When Quebec suddenly closed the slots tap in their province suddenly forcing the track operator into bankruptcy and liquidation, at least they announced a program where they were going to subsidize Quebec breeders for the end of racing; giving them so much per foals in decreasing amounts over a few years in order for the breeders to orderly transition out of horse breeding.  This way, Quebec breeders would be able to sell their horses in other provinces or in the United States for decreased prices without losing their shirt.  If Ontario is insisting on ending their slots program, they should have a program similar to Quebec's.  Raising horses is not like growing corn.  It takes several years before an off-spring of a horse is ready for sale.  For this, the government is to be held at fault.  They had no clue on how breeding works or they just had a blatant disregard for the industry.


Harry Lare said...

Only ones at fault are the lowlifes euthanizing these foals. What a disgrace.
I wonder why I even follow this sport?

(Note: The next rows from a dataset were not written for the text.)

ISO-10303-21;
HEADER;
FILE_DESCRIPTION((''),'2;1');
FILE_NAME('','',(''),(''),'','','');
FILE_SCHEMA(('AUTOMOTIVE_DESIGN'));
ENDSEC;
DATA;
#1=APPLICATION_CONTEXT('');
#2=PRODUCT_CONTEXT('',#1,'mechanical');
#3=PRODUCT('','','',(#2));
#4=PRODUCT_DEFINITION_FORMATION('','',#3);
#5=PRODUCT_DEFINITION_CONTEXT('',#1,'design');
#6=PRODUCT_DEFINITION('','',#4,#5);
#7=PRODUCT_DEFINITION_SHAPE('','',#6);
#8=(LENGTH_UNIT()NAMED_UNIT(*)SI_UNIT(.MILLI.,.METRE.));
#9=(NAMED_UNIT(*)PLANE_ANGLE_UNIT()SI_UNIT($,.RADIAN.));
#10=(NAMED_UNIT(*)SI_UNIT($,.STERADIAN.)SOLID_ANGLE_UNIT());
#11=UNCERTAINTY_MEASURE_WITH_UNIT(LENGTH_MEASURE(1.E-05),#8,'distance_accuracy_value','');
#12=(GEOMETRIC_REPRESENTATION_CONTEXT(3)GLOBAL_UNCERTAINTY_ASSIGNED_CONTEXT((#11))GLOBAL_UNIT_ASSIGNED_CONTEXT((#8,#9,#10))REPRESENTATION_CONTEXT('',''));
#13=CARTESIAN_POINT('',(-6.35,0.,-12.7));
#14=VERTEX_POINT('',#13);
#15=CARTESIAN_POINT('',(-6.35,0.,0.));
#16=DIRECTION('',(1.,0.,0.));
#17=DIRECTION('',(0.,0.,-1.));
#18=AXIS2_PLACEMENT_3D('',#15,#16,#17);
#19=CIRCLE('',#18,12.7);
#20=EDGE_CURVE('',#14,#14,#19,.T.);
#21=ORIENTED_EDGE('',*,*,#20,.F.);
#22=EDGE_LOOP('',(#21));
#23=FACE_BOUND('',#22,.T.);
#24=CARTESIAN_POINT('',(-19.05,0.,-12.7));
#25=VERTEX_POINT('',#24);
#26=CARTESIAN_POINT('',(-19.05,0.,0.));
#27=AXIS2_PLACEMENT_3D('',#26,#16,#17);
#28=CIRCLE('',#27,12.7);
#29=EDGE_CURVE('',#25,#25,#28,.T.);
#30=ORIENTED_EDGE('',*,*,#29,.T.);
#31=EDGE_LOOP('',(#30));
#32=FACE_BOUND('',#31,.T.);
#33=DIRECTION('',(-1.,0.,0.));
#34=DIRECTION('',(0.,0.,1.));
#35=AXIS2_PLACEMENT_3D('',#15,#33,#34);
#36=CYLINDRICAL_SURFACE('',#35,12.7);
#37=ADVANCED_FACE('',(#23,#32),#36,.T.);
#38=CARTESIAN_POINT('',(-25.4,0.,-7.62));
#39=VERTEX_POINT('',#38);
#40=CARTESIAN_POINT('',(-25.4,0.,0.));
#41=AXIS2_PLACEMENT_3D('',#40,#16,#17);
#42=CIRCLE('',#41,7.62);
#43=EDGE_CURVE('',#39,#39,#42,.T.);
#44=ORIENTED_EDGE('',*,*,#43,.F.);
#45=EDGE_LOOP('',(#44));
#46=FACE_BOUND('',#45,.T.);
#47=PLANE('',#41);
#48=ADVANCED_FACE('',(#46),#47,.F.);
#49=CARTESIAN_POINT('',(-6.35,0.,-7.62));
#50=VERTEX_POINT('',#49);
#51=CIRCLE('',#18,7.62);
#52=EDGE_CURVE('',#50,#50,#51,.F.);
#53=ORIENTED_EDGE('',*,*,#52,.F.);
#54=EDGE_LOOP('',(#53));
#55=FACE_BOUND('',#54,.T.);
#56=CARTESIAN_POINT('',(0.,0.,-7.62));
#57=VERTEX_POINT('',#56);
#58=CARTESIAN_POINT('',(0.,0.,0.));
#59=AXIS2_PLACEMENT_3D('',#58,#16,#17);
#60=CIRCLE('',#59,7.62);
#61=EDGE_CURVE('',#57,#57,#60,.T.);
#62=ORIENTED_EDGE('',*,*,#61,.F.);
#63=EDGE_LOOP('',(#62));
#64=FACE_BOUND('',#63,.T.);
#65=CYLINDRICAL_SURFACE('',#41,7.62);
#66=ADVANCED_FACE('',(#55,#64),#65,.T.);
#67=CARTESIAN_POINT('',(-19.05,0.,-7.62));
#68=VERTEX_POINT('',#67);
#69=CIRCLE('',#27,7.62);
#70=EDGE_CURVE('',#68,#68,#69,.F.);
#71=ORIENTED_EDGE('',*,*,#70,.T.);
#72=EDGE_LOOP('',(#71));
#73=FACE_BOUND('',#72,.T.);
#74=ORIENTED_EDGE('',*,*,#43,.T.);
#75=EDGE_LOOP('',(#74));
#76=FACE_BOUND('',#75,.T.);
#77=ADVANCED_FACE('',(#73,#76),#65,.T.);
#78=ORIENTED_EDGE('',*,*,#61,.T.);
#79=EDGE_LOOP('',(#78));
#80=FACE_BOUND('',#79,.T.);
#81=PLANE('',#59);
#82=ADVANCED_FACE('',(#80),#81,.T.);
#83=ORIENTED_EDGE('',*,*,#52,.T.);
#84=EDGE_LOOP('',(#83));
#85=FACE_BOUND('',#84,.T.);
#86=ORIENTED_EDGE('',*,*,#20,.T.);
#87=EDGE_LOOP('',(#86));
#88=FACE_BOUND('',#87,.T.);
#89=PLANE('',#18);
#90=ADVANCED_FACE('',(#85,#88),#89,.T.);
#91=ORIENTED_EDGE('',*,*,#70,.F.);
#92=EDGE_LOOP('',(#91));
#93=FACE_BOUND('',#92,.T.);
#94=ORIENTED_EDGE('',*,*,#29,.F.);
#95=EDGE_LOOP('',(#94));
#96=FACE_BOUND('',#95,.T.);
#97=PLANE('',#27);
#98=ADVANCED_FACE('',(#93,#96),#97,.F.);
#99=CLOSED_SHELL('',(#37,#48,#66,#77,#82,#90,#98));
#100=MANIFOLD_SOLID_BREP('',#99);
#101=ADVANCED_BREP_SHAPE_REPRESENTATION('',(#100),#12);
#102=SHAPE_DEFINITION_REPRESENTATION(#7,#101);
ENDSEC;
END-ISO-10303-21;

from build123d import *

# Parameters (mm, degrees)
SKETCH1_R           = 7.62
BOSS_EXTRUDE1_DEPTH = 25.4
SKETCH2_R           = 12.7
BOSS_EXTRUDE2_DEPTH = 6.35


with BuildPart() as part:
    # Sketch1 → Boss-Extrude1 (new body)
    with BuildSketch(Plane(origin=(0, 0, 0), x_dir=(0, 0, -1), z_dir=(1, 0, 0))):
        Circle(SKETCH1_R)
    extrude(amount=-BOSS_EXTRUDE1_DEPTH)

    # Sketch2 → Boss-Extrude2 (add, symmetric)
    with BuildSketch(Plane(origin=(-12.7, 0, 0), x_dir=(0, 0, -1), z_dir=(1, 0, 0))):
        Circle(SKETCH2_R)
    extrude(amount=BOSS_EXTRUDE2_DEPTH, both=True)


solid = part.part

The more this type of crap comes out, the more it pushes me away.

Anonymous said...

At least you have your head out of the sand bar and realize that there was no thought put into this by our government when to comes to the people they will put out of work and possibly have to support or subsidize in some other way -- It is not just about the horses it is about an entire industry and a way of life, If people only understood just how large the horse indusrty is and how much damage this will do.

Pacingguy said...

Anon, I have always thought the plan was put out badly; I suspect to keep racing from launching a preemptive strike against the proposal. Fine; at least if you are going to cut the cord, at least come out and say 'this is what we are going to do as a result'.

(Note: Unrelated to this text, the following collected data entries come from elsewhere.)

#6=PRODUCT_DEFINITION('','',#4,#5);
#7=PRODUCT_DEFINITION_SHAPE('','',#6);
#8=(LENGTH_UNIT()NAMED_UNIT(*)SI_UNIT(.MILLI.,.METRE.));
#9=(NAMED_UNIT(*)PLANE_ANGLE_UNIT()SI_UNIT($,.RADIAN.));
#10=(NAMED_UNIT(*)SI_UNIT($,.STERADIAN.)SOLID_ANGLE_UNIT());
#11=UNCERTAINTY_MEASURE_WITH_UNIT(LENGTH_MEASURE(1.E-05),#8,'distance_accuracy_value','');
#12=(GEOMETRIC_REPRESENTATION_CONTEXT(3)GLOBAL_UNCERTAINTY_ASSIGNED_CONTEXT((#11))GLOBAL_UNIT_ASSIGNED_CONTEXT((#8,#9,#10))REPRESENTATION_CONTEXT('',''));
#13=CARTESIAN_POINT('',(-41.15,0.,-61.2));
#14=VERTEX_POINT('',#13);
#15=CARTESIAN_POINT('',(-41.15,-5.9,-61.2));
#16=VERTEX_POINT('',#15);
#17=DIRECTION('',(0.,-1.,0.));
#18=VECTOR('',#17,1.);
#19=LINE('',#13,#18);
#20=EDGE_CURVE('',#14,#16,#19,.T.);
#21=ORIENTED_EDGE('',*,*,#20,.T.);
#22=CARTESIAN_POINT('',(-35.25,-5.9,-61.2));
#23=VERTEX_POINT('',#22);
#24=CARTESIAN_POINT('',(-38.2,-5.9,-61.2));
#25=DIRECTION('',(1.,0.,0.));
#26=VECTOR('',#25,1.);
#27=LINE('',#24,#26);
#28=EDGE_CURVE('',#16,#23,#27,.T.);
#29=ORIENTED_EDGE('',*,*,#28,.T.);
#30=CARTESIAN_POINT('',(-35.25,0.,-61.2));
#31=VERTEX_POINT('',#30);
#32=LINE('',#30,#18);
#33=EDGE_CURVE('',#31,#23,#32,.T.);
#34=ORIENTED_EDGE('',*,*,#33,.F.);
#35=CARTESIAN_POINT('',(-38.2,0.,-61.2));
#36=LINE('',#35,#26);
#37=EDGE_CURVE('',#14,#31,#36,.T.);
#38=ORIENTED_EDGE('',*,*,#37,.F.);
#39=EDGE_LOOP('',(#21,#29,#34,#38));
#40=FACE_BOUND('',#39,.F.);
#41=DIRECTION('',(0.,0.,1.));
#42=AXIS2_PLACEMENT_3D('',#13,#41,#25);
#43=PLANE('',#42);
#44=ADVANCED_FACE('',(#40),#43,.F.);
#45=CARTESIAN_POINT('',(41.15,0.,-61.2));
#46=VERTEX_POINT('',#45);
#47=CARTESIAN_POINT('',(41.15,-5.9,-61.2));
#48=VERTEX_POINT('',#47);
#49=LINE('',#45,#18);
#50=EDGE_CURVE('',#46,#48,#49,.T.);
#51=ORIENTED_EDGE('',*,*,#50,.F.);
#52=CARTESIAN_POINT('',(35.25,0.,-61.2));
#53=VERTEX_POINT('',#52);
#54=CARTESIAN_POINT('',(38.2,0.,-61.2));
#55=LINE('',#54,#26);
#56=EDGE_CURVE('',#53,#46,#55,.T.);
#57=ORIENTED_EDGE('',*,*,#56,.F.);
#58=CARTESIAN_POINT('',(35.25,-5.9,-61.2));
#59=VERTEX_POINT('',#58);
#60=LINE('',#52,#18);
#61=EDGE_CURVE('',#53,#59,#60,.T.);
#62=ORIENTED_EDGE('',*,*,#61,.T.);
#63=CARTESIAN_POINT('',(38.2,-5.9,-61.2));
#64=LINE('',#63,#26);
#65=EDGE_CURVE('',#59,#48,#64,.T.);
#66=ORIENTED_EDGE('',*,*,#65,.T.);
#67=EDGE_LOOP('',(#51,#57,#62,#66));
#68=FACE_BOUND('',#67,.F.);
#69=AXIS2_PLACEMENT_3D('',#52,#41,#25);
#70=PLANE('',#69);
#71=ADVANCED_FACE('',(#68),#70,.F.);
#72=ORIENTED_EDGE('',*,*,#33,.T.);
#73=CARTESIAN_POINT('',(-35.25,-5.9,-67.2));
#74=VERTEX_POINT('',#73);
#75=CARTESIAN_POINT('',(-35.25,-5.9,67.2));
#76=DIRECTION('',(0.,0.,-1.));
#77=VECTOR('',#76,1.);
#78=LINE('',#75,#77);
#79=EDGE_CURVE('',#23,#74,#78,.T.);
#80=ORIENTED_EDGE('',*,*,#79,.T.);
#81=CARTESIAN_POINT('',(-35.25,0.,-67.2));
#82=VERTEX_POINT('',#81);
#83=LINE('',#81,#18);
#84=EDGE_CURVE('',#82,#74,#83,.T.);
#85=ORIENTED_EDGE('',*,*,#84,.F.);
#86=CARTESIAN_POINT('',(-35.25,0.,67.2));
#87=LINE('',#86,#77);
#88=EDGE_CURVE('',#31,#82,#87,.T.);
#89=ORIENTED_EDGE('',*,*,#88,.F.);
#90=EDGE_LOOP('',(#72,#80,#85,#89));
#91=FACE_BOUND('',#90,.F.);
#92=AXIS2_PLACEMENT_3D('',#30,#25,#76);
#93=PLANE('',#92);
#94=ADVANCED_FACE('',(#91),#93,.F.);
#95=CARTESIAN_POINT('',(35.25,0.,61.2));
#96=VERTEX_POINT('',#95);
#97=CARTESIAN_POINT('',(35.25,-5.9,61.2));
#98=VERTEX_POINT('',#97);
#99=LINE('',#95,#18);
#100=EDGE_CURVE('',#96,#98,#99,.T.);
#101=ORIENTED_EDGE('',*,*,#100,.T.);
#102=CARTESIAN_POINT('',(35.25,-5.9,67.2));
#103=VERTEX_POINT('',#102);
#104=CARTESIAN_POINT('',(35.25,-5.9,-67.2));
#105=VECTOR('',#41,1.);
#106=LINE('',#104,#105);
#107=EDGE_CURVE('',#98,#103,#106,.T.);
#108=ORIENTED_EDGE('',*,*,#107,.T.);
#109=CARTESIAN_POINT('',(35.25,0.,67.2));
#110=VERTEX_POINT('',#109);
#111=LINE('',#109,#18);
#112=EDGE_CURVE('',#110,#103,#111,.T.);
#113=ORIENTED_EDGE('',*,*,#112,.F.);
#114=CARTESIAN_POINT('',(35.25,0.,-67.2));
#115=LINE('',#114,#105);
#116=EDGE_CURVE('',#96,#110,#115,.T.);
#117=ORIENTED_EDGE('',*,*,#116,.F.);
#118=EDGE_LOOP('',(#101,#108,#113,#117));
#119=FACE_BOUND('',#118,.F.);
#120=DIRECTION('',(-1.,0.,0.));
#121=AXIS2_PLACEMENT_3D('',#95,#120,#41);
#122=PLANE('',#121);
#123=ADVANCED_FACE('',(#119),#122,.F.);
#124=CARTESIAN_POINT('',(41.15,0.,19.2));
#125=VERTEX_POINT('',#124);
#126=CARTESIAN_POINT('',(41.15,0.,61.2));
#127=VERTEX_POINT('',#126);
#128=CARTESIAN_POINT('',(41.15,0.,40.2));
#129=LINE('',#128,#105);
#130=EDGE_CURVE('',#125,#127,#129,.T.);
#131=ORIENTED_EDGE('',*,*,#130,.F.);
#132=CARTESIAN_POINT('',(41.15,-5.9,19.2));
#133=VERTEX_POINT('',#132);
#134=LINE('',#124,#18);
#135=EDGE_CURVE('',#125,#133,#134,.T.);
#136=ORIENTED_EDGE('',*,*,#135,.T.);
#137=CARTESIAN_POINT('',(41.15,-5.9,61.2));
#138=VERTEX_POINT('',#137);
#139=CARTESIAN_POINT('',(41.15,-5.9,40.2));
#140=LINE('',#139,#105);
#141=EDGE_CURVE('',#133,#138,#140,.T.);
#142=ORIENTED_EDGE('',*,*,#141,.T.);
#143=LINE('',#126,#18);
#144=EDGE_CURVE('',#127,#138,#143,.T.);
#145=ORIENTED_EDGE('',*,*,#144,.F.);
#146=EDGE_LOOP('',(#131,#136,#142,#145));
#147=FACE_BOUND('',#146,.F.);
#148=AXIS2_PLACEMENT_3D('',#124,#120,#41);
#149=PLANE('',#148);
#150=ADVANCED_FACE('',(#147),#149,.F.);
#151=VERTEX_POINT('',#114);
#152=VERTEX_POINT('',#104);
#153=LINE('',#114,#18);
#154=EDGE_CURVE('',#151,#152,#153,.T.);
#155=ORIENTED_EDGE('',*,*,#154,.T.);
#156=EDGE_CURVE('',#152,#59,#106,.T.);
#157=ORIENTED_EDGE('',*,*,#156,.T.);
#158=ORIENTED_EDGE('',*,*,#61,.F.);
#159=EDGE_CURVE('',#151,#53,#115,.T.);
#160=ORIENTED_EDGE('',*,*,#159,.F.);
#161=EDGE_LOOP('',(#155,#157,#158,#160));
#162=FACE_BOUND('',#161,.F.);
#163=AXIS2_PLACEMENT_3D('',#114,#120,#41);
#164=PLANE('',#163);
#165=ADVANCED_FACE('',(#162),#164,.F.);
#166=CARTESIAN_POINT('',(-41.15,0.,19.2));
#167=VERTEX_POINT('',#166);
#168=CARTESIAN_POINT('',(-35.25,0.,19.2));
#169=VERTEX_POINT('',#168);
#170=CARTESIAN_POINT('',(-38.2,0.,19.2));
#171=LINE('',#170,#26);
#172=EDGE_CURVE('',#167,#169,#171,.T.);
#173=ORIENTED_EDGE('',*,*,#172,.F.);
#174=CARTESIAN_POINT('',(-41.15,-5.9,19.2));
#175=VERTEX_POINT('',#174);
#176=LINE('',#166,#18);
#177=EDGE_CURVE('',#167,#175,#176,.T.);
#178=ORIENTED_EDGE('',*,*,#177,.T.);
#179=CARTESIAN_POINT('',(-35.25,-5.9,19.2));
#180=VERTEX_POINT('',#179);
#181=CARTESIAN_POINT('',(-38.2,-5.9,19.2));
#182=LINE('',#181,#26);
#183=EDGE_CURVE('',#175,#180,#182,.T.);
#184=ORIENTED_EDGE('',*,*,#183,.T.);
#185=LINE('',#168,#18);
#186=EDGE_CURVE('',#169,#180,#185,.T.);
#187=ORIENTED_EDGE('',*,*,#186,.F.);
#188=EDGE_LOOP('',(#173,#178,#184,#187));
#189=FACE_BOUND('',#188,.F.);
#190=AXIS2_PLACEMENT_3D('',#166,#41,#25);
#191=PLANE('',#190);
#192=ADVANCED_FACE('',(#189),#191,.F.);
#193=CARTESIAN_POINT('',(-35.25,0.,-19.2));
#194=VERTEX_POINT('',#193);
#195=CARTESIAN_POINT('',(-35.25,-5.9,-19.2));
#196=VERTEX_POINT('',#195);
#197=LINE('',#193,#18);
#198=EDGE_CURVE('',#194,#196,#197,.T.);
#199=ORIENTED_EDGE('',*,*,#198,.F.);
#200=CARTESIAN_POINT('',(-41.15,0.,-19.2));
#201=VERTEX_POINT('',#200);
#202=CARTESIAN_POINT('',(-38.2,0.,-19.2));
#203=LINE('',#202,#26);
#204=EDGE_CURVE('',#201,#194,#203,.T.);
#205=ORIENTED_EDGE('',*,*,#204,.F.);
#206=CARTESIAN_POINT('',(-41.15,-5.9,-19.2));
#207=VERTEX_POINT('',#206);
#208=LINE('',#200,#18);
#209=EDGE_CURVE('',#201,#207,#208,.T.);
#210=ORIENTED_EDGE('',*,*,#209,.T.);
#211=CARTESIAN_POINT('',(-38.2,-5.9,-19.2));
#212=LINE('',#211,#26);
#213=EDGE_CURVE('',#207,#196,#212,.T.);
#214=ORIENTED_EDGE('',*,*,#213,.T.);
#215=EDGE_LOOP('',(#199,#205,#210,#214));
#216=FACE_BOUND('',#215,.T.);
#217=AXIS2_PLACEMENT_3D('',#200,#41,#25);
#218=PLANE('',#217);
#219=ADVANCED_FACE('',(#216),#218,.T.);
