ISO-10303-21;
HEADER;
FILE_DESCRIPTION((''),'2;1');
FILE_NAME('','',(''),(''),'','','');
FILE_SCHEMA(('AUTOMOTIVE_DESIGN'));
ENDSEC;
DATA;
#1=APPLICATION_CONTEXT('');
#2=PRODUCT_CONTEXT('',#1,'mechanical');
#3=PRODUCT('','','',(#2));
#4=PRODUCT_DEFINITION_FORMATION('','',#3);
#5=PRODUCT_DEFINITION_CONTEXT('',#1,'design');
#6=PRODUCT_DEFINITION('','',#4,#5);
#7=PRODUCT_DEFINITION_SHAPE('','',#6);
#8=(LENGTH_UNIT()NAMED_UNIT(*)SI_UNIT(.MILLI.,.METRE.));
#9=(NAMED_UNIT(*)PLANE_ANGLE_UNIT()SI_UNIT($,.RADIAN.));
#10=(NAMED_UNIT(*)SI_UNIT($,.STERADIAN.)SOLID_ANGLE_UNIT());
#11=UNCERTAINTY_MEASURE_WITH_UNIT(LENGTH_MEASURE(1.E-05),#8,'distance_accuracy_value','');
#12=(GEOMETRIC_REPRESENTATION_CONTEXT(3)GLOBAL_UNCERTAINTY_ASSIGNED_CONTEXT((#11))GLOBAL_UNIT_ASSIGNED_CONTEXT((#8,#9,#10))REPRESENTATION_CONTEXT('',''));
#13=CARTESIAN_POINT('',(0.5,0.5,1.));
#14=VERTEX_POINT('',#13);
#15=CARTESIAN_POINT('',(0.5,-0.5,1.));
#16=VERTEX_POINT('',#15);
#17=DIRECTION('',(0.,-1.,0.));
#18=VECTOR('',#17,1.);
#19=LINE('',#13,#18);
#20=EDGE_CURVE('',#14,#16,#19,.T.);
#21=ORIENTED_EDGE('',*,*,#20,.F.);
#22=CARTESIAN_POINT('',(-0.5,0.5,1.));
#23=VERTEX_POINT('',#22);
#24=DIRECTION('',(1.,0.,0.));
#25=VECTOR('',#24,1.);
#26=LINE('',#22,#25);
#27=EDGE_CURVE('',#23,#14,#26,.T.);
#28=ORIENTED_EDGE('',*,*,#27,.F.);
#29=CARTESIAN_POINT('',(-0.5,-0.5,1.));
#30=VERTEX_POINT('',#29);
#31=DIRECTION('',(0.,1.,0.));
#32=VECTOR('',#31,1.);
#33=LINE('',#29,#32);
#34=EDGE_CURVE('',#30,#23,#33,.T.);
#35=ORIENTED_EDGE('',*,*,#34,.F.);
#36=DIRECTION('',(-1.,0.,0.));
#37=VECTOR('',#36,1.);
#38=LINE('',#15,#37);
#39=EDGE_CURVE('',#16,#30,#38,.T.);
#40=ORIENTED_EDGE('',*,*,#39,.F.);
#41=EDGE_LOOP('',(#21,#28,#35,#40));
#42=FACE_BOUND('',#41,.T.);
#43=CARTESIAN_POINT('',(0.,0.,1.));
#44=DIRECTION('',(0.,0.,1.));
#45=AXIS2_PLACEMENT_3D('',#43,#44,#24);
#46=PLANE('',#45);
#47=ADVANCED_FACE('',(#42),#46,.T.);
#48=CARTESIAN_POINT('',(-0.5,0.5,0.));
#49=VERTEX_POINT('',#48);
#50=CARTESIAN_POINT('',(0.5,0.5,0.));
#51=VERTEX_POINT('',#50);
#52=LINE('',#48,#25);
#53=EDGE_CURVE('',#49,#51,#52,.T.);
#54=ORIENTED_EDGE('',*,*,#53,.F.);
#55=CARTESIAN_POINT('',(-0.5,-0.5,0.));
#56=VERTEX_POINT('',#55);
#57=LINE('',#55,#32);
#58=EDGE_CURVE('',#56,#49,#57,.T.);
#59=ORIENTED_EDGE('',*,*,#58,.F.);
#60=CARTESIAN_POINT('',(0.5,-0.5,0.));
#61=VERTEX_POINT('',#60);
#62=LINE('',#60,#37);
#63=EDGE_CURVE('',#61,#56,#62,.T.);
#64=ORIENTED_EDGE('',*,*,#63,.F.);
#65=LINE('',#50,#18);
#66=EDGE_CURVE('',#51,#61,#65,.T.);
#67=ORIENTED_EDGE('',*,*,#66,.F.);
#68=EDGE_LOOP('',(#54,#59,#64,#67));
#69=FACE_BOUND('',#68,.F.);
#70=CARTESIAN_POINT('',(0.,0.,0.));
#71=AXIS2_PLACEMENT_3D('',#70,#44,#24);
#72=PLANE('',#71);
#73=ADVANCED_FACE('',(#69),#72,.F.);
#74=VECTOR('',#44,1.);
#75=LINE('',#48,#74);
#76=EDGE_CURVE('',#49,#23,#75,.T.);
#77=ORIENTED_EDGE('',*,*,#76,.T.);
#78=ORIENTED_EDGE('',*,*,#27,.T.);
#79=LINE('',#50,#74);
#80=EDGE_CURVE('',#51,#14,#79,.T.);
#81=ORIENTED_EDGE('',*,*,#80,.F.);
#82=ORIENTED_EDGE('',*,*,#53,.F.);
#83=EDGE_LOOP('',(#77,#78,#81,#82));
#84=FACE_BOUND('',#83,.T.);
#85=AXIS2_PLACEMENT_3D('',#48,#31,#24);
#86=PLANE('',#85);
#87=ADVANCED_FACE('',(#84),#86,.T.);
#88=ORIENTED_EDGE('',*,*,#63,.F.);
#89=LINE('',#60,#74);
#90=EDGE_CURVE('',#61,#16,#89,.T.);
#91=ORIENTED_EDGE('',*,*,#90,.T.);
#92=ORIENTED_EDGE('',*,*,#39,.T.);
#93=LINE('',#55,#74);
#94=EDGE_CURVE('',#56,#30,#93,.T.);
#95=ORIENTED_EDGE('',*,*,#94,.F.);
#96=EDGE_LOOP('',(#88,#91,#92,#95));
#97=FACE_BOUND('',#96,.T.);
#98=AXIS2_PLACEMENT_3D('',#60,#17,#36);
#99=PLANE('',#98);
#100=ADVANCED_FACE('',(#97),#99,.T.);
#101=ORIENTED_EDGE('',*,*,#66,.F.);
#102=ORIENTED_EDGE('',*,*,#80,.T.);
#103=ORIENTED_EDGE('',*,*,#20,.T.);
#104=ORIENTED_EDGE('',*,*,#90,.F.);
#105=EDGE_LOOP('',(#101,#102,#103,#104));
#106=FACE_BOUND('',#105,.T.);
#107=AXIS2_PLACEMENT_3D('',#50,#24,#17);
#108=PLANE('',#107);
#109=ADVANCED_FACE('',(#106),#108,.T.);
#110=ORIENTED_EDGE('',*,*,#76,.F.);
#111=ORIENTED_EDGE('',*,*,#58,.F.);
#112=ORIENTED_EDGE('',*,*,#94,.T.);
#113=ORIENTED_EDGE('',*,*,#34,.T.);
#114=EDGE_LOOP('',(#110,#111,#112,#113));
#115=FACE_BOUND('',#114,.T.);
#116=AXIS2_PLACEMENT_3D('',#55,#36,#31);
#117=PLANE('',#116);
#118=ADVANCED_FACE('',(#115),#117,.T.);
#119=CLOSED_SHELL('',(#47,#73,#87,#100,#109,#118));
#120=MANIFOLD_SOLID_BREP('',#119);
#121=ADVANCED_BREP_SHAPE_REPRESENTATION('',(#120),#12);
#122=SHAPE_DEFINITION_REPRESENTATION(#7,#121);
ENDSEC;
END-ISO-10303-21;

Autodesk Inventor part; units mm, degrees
ref_plane "YZ Plane" through (0, 0, 0) normal (1, 0, 0) x (0, 1, 0)
ref_plane "XZ Plane" through (0, 0, 0) normal (0, 1, 0) x (-1, 0, 0)
ref_plane "XY Plane" through (0, 0, 0) normal (0, 0, 1) x (1, 0, 0)
sketch "TP_SMALL, TP_253" plane through (0, 0, 0) normal (0, 0, 1) x (1, 0, 0)
  line L0 (-0.5, -0.5) -> (-0.5, 0.5)
  line L1 (-0.5, 0.5) -> (0.5, 0.5)
  line L2 (0.5, 0.5) -> (0.5, -0.5)
  line L3 (0.5, -0.5) -> (-0.5, -0.5)
extrude "Extrusion1" add sketch "TP_SMALL, TP_253" along normal blind 1
properties part number "TP"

If you have read this blog since its inception, you know I have been torn over the whole slots program throughout North America, wherever it has been put in place.

I realize slot 'rent' or 'subsidies' (depending on how it has been structured), has allowed the industry to revive itself on the supply side of the equation. However, I also know the industry has squandered the opportunity to do anything to improve the industry for the gamblers (the demand side).

When slots at tracks first came out, it was supposed to be temporary support as racing got its house under control. Organizations have paid for reports and seemingly done nothing after paying for them. Horsemen have been asked to put some moneey into a marketing account by Standardbred Canada only to be rebuff their own trade organization. Horsemen seemed unconcerned they were racing in front of empty stands and with hardly any handle, yet they refuse to race shorter meets to reduce competition between the tracks. In effect, racing forgot the wagering mattered.

I understand many tracks don't want to do anything either, but this is what you get when you make a deal with the devil.

Yes, people are going to be hurt badly (though I think horsemen are over-reacting), but there comes a time where you have to decide is this industry capable of saving itself and sadly, the answer seems to be no. Hence, I can see why governments want to cut off the payments; why throw good money after bad? Sooner or later, you have to say 'enough'.

That being said, there is a responsible way to end support. You don't cut cold turkey; you allow the industry to transition to self-sufficency (or extinction). You provide aid for farmers to allow them the opportunity to change from equine to grain or other livestock production in an orderly fashion.

The sad truth is racing had a golden opportunity yet seemingly squandered a good thing.

That being said, I love the sport and I will be here as long as it exists.